Awesome
somaticfreq: knowledge-based genotyping of targetted somatic variants from the tumor BAM file
somaticfreq
allows rapid (kind of) genotyping of known somatic variants from the tumor BAM files. This facilitates to get a quick overlook of known somatic hot-spots in a matter of minutes, without spending hours on variant calling and annotation. In simple words, it fetches nucleotide frequencies of known somatic hotspots and prioritizes them based on allele frequency. Output includes a browsable/sharable HTML report of candidate variants (an example). See below for data sources.
Installation:
Clone the repository and run make
. Requires htslib.
git clone https://github.com/PoisonAlien/somaticfreq
cd somaticfreq
make
Usage:
somaticfreq
takes a tsv file of known somatic variants and a BAM file as input.
$ somaticreq
somaticfreq: A tool to extract nucleotide counts/variant allele frequencies
of targeted (somatic) variants from the BAM file
USAGE:
somaticfreq [OPTIONS] <loci> <bam>
e.g; somaticfreq cancerhotspots_v2_GRCh37.tsv Tumor.bam
OPTIONS:
-f Indexed fasta file. If provided, extracts and adds reference base to the output tsv
-q Mapping quality threshold. Default 10 [Read filter]
-F Exclude reads with FLAGS >= INT. Default 1024 (i.e, read is PCR or optical duplicate) [Read filter]
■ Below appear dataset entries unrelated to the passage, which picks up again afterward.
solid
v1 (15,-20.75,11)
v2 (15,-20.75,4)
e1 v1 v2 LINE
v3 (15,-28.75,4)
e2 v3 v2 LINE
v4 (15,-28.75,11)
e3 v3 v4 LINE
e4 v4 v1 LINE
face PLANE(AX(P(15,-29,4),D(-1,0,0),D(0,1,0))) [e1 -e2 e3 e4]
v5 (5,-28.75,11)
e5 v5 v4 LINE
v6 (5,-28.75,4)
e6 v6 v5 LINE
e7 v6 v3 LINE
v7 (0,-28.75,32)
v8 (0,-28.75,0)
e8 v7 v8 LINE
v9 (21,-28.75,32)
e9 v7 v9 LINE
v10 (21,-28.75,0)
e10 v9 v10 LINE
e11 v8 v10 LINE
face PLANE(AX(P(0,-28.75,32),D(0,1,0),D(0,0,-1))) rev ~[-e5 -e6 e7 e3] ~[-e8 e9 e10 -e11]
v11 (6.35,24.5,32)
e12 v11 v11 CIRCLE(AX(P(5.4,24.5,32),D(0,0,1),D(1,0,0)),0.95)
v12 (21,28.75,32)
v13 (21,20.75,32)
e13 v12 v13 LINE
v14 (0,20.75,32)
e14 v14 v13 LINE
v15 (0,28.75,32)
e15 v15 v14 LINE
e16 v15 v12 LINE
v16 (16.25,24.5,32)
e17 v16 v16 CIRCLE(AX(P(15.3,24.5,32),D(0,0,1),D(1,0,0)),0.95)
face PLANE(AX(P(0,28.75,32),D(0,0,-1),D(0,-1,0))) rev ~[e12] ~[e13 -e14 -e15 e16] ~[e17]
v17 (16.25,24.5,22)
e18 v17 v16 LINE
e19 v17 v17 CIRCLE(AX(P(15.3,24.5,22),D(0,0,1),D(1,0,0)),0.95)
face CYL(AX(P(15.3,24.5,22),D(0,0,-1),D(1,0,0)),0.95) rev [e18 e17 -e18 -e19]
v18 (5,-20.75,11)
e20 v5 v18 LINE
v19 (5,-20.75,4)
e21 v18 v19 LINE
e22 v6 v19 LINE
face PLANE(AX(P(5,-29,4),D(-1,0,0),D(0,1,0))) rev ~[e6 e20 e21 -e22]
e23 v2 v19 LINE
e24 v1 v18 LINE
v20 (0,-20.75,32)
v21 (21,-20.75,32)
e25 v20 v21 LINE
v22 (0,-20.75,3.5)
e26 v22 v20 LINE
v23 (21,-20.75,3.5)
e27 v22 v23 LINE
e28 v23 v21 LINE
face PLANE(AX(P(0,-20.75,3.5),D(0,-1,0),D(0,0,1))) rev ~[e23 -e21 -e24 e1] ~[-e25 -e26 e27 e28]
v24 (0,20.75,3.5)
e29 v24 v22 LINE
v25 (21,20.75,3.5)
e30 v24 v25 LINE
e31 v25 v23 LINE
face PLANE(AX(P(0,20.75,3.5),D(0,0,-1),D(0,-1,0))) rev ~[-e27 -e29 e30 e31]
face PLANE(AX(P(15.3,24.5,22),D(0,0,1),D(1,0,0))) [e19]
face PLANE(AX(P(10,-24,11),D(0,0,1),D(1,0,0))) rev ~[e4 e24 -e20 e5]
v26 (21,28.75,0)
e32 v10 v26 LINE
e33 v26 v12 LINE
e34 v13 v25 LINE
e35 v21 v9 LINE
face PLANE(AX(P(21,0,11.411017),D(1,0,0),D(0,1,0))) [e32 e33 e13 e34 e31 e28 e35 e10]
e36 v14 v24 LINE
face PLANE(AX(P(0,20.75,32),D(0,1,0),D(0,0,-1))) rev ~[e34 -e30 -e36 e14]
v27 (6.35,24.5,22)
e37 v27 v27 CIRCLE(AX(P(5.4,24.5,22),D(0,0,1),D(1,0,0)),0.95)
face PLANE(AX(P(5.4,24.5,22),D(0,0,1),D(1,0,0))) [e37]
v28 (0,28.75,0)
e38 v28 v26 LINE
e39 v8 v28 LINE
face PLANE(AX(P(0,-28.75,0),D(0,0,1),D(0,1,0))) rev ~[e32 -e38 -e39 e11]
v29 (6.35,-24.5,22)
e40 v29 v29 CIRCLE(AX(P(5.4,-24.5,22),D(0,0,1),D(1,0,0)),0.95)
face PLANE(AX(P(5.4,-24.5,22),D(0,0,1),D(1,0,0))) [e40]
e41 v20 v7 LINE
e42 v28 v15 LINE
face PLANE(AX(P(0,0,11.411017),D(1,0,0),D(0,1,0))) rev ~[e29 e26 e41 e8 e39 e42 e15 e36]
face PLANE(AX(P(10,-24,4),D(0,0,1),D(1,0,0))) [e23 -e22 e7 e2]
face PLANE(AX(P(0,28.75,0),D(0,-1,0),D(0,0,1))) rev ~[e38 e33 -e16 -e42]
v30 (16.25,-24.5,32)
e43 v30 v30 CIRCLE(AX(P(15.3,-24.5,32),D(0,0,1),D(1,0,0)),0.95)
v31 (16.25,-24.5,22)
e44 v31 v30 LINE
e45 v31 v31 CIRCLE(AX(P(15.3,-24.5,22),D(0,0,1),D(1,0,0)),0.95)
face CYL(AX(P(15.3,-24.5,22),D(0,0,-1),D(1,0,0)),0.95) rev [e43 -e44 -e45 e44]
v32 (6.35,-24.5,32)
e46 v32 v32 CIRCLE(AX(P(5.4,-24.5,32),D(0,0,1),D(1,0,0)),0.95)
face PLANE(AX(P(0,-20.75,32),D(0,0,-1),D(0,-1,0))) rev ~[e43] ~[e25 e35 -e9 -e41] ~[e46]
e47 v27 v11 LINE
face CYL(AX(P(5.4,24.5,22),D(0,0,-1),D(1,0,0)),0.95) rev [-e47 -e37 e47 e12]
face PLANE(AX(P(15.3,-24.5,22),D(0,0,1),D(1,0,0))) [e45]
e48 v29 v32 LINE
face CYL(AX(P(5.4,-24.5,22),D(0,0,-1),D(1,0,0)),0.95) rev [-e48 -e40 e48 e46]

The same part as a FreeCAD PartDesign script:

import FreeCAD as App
import Part
import Sketcher
from FreeCAD import Vector
Q = App.Units.Quantity

doc = App.newDocument("Part")
params = doc.addObject("Spreadsheet::Sheet", "Params")
for row, (alias, value) in enumerate([
    ("sketch1_diameter", "1.9 mm"),
    ("pad1_length", "10 mm"),
    ("sketch2_diameter", "1.9 mm"),
    ("pad2_length", "10 mm"),
    ("sketch3_diameter", "1.9 mm"),
    ("pad3_length", "10 mm"),
    ("sketch4_diameter", "1.9 mm"),
    ("pad4_length", "10 mm"),
    ("sketch5_width", "10 mm"),
    ("pad5_length", "7 mm"),
    ("sketch6_width", "8 mm"),
    ("sketch6_height", "32 mm"),
    ("sketch6_width2", "57.5 mm"),
    ("sketch6_height2", "28.5 mm"),
    ("pad6_length", "21 mm"),
], start=1):
    params.set(f"A{row}", alias)
    params.set(f"B{row}", "=" + value)
    params.setAlias(f"B{row}", alias)

body = doc.addObject("PartDesign::Body", "Body")

# Sketch on XY plane
sketch1 = body.newObject("Sketcher::SketchObject", "Sketch")
sketch1.AttachmentSupport = (doc.getObject("XY_Plane"), [""])
sketch1.MapMode = "FlatFace"
sketch1.addGeometry(Part.Circle(Vector(9.9, 0, 0), Vector(0, 0, 1), 0.9), False)
sketch1.addConstraint(Sketcher.Constraint("PointOnObject", 0, 3, -1))
sketch1.addConstraint(Sketcher.Constraint("Diameter", 0, Q("1.9 mm")))
sketch1.addConstraint(Sketcher.Constraint("DistanceX", -1, 1, 0, 3, Q("9.9 mm")))
sketch1.setExpression("Constraints[1]", "Params.sketch1_diameter")
pad1 = body.newObject("PartDesign::Pad", "Pad")
pad1.Profile = sketch1
pad1.setExpression("Length", "Params.pad1_length")
body2 = doc.addObject("PartDesign::Body", "Body001")
body2.AllowCompound = True

# Sketch on XY plane
sketch2 = body2.newObject("Sketcher::SketchObject", "Sketch001")
sketch2.AttachmentSupport = (doc.getObject("XY_Plane001"), [""])
sketch2.MapMode = "FlatFace"
sketch2.addGeometry(Part.Circle(Vector(0, 0, 0), Vector(0, 0, 1), 0.9), False)
sketch2.addConstraint(Sketcher.Constraint("Coincident", 0, 3, -1, 1))
sketch2.addConstraint(Sketcher.Constraint("Diameter", 0, Q("1.9 mm")))
sketch2.setExpression("Constraints[1]", "Params.sketch2_diameter")
pad2 = body2.newObject("PartDesign::Pad", "Pad001")
pad2.Profile = sketch2
pad2.setExpression("Length", "Params.pad2_length")
doc.recompute()

boolean = body2.newObject("PartDesign::Boolean", "Boolean")
boolean.Type = "Fuse"
boolean.addObjects([body])
body3 = doc.addObject("PartDesign::Body", "Body002")
body3.AllowCompound = True
doc.recompute()

body2.Placement = App.Placement(Vector(5, -24.5, 22), App.Rotation(Vector(0, 0, 1), 0))
boolean2 = body3.newObject("PartDesign::Boolean", "Boolean001")
boolean2.Type = "Fuse"
boolean2.addObjects([body2])
body4 = doc.addObject("PartDesign::Body", "Body003")

# Sketch on XY plane
sketch3 = body4.newObject("Sketcher::SketchObject", "Sketch002")
sketch3.AttachmentSupport = (doc.getObject("XY_Plane003"), [""])
sketch3.MapMode = "FlatFace"
sketch3.addGeometry(Part.Circle(Vector(9.9, 0, 0), Vector(0, 0, 1), 0.9), False)
sketch3.addConstraint(Sketcher.Constraint("PointOnObject", 0, 3, -1))
sketch3.addConstraint(Sketcher.Constraint("Diameter", 0, Q("1.9 mm")))
sketch3.addConstraint(Sketcher.Constraint("DistanceX", -1, 1, 0, 3, Q("9.9 mm")))
sketch3.setExpression("Constraints[1]", "Params.sketch3_diameter")
pad3 = body4.newObject("PartDesign::Pad", "Pad002")
pad3.Profile = sketch3
pad3.setExpression("Length", "Params.pad3_length")
body5 = doc.addObject("PartDesign::Body", "Body004")
body5.AllowCompound = True

# Sketch on XY plane
sketch4 = body5.newObject("Sketcher::SketchObject", "Sketch003")
sketch4.AttachmentSupport = (doc.getObject("XY_Plane004"), [""])
sketch4.MapMode = "FlatFace"
sketch4.addGeometry(Part.Circle(Vector(0, 0, 0), Vector(0, 0, 1), 0.9), False)
sketch4.addConstraint(Sketcher.Constraint("Coincident", 0, 3, -1, 1))
sketch4.addConstraint(Sketcher.Constraint("Diameter", 0, Q("1.9 mm")))
sketch4.setExpression("Constraints[1]", "Params.sketch4_diameter")
pad4 = body5.newObject("PartDesign::Pad", "Pad003")
pad4.Profile = sketch4
pad4.setExpression("Length", "Params.pad4_length")
doc.recompute()

boolean3 = body5.newObject("PartDesign::Boolean", "Boolean002")
boolean3.Type = "Fuse"
boolean3.addObjects([body4])
body6 = doc.addObject("PartDesign::Body", "Body005")
body6.AllowCompound = True
doc.recompute()

body5.Placement = App.Placement(Vector(5, 24.5, 22), App.Rotation(Vector(0, 0, 1), 0))
boolean4 = body6.newObject("PartDesign::Boolean", "Boolean003")
boolean4.Type = "Fuse"
boolean4.addObjects([body5])
doc.recompute()

boolean5 = body6.newObject("PartDesign::Boolean", "Boolean004")
boolean5.Type = "Fuse"
boolean5.addObjects([body3])
body7 = doc.addObject("PartDesign::Body", "Body006")
body7.AllowCompound = True
doc.recompute()

body6.Placement = App.Placement(Vector(0.4, 0, 0), App.Rotation(Vector(0, 0, 1), 0))
boolean6 = body7.newObject("PartDesign::Boolean", "Boolean005")
boolean6.Type = "Fuse"
boolean6.addObjects([body6])
body8 = doc.addObject("PartDesign::Body", "Body007")

# Sketch on XY plane
sketch5 = body8.newObject("Sketcher::SketchObject", "Sketch004")
sketch5.AttachmentSupport = (doc.getObject("XY_Plane007"), [""])
sketch5.MapMode = "FlatFace"
sketch5.AttachmentOffset = App.Placement(Vector(0, 0, 4), App.Rotation())
sketch5.addGeometry(Part.LineSegment(Vector(5, -19, 0), Vector(5, -29, 0)), False)
sketch5.addGeometry(Part.LineSegment(Vector(5, -29, 0), Vector(15, -29, 0)), False)
sketch5.addGeometry(Part.LineSegment(Vector(15, -29, 0), Vector(15, -19, 0)), False)
sketch5.addGeometry(Part.LineSegment(Vector(15, -19, 0), Vector(5, -19, 0)), False)
sketch5.addConstraint(Sketcher.Constraint("Coincident", 0, 2, 1, 1))
sketch5.addConstraint(Sketcher.Constraint("Coincident", 1, 2, 2, 1))
sketch5.addConstraint(Sketcher.Constraint("Coincident", 2, 2, 3, 1))
sketch5.addConstraint(Sketcher.Constraint("Coincident", 3, 2, 0, 1))
sketch5.addConstraint(Sketcher.Constraint("Vertical", 0))
sketch5.addConstraint(Sketcher.Constraint("Horizontal", 1))
sketch5.addConstraint(Sketcher.Constraint("Vertical", 2))
sketch5.addConstraint(Sketcher.Constraint("Horizontal", 3))
sketch5.addConstraint(Sketcher.Constraint("Equal", 3, 0))
sketch5.addConstraint(Sketcher.Constraint("DistanceX", 1, 1, 1, 2, Q("10 mm")))
sketch5.addConstraint(Sketcher.Constraint("DistanceX", -1, 1, 0, 2, Q("5 mm")))
sketch5.addConstraint(Sketcher.Constraint("DistanceY", 0, 2, -1, 1, Q("29 mm")))
sketch5.setExpression("Constraints[9]", "Params.sketch5_width")
pad5 = body8.newObject("PartDesign::Pad", "Pad004")
pad5.Profile = sketch5
pad5.setExpression("Length", "Params.pad5_length")
body9 = doc.addObject("PartDesign::Body", "Body008")

# Sketch on YZ plane
sketch6 = body9.newObject("Sketcher::SketchObject", "Sketch005")
sketch6.AttachmentSupport = (doc.getObject("YZ_Plane008"), [""])
sketch6.MapMode = "FlatFace"
sketch6.addGeometry(Part.LineSegment(Vector(-29, 32, 0), Vector(-29, 0, 0)), False)
sketch6.addGeometry(Part.LineSegment(Vector(-29, 0, 0), Vector(29, 0, 0)), False)
sketch6.addGeometry(Part.LineSegment(Vector(29, 0, 0), Vector(29, 32, 0)), False)
sketch6.addGeometry(Part.LineSegment(Vector(29, 32, 0), Vector(21, 32, 0)), False)
sketch6.addGeometry(Part.LineSegment(Vector(21, 32, 0), Vector(21, 4, 0)), False)
sketch6.addGeometry(Part.LineSegment(Vector(21, 4, 0), Vector(-21, 4, 0)), False)
sketch6.addGeometry(Part.LineSegment(Vector(-21, 4, 0), Vector(-21, 32, 0)), False)
sketch6.addGeometry(Part.LineSegment(Vector(-21, 32, 0), Vector(-29, 32, 0)), False)
sketch6.addConstraint(Sketcher.Constraint("Coincident", 0, 2, 1, 1))
sketch6.addConstraint(Sketcher.Constraint("Coincident", 1, 2, 2, 1))
sketch6.addConstraint(Sketcher.Constraint("Coincident", 2, 2, 3, 1))
sketch6.addConstraint(Sketcher.Constraint("Coincident", 3, 2, 4, 1))
sketch6.addConstraint(Sketcher.Constraint("Coincident", 4, 2, 5, 1))
sketch6.addConstraint(Sketcher.Constraint("Coincident", 5, 2, 6, 1))
sketch6.addConstraint(Sketcher.Constraint("Coincident", 6, 2, 7, 1))
sketch6.addConstraint(Sketcher.Constraint("Coincident", 7, 2, 0, 1))
sketch6.addConstraint(Sketcher.Constraint("Vertical", 0))
sketch6.addConstraint(Sketcher.Constraint("Horizontal", 1))
sketch6.addConstraint(Sketcher.Constraint("Vertical", 2))
sketch6.addConstraint(Sketcher.Constraint("Horizontal", 3))
sketch6.addConstraint(Sketcher.Constraint("Vertical", 4))
sketch6.addConstraint(Sketcher.Constraint("Horizontal", 5))
sketch6.addConstraint(Sketcher.Constraint("Vertical", 6))
sketch6.addConstraint(Sketcher.Constraint("Horizontal", 7))
sketch6.addConstraint(Sketcher.Constraint("Symmetric", 0, 2, 1, 2, -1, 1))
sketch6.addConstraint(Sketcher.Constraint("Symmetric", 3, 2, 6, 2, -2))
sketch6.addConstraint(Sketcher.Constraint("DistanceX", 3, 2, 3, 1, Q("8 mm")))
sketch6.addConstraint(Sketcher.Constraint("DistanceY", 0, 2, 0, 1, Q("32 mm")))
sketch6.addConstraint(Sketcher.Constraint("DistanceX", 1, 1, 1, 2, Q("57.5 mm")))
sketch6.addConstraint(Sketcher.Constraint("DistanceY", 4, 2, 4, 1, Q("28.5 mm")))
sketch6.setExpression("Constraints[18]", "Params.sketch6_width")
sketch6.setExpression("Constraints[19]", "Params.sketch6_height")
sketch6.setExpression("Constraints[20]", "Params.sketch6_width2")
sketch6.setExpression("Constraints[21]", "Params.sketch6_height2")
pad6 = body9.newObject("PartDesign::Pad", "Pad005")
pad6.Profile = sketch6
pad6.setExpression("Length", "Params.pad6_length")
doc.recompute()

boolean7 = body9.newObject("PartDesign::Boolean", "Boolean006")
boolean7.Type = "Cut"
boolean7.addObjects([body8])
doc.recompute()

boolean8 = body9.newObject("PartDesign::Boolean", "Boolean007")
boolean8.Type = "Cut"
boolean8.addObjects([body7])

doc.recompute()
-v VAF threshold. Default 0.05 [Variant filter]
-d Depth of coverage threshold. Default 30 [Variant filter]
-t Min. number of reads supporting tumor allele. Default 8 [Variant filter]
-o Output file basename. Default parses from basename of BAM file
ARGS:
<loci> variant file
<bam> Indexed BAM file
OUPUT:
<output>.html A browsable html report of variants post filtering
<output>.tsv TSV file with nucletide counts and VAF for all variants
Example:
$ somaticfreq data/cancerhotspots_v2_GRCh37.tsv Tumor.bam
Output
Output includes a browsable HTML file with variants passing the VAF/read depth filters and, a TSV file including nucleotide counts of all variants analyzed.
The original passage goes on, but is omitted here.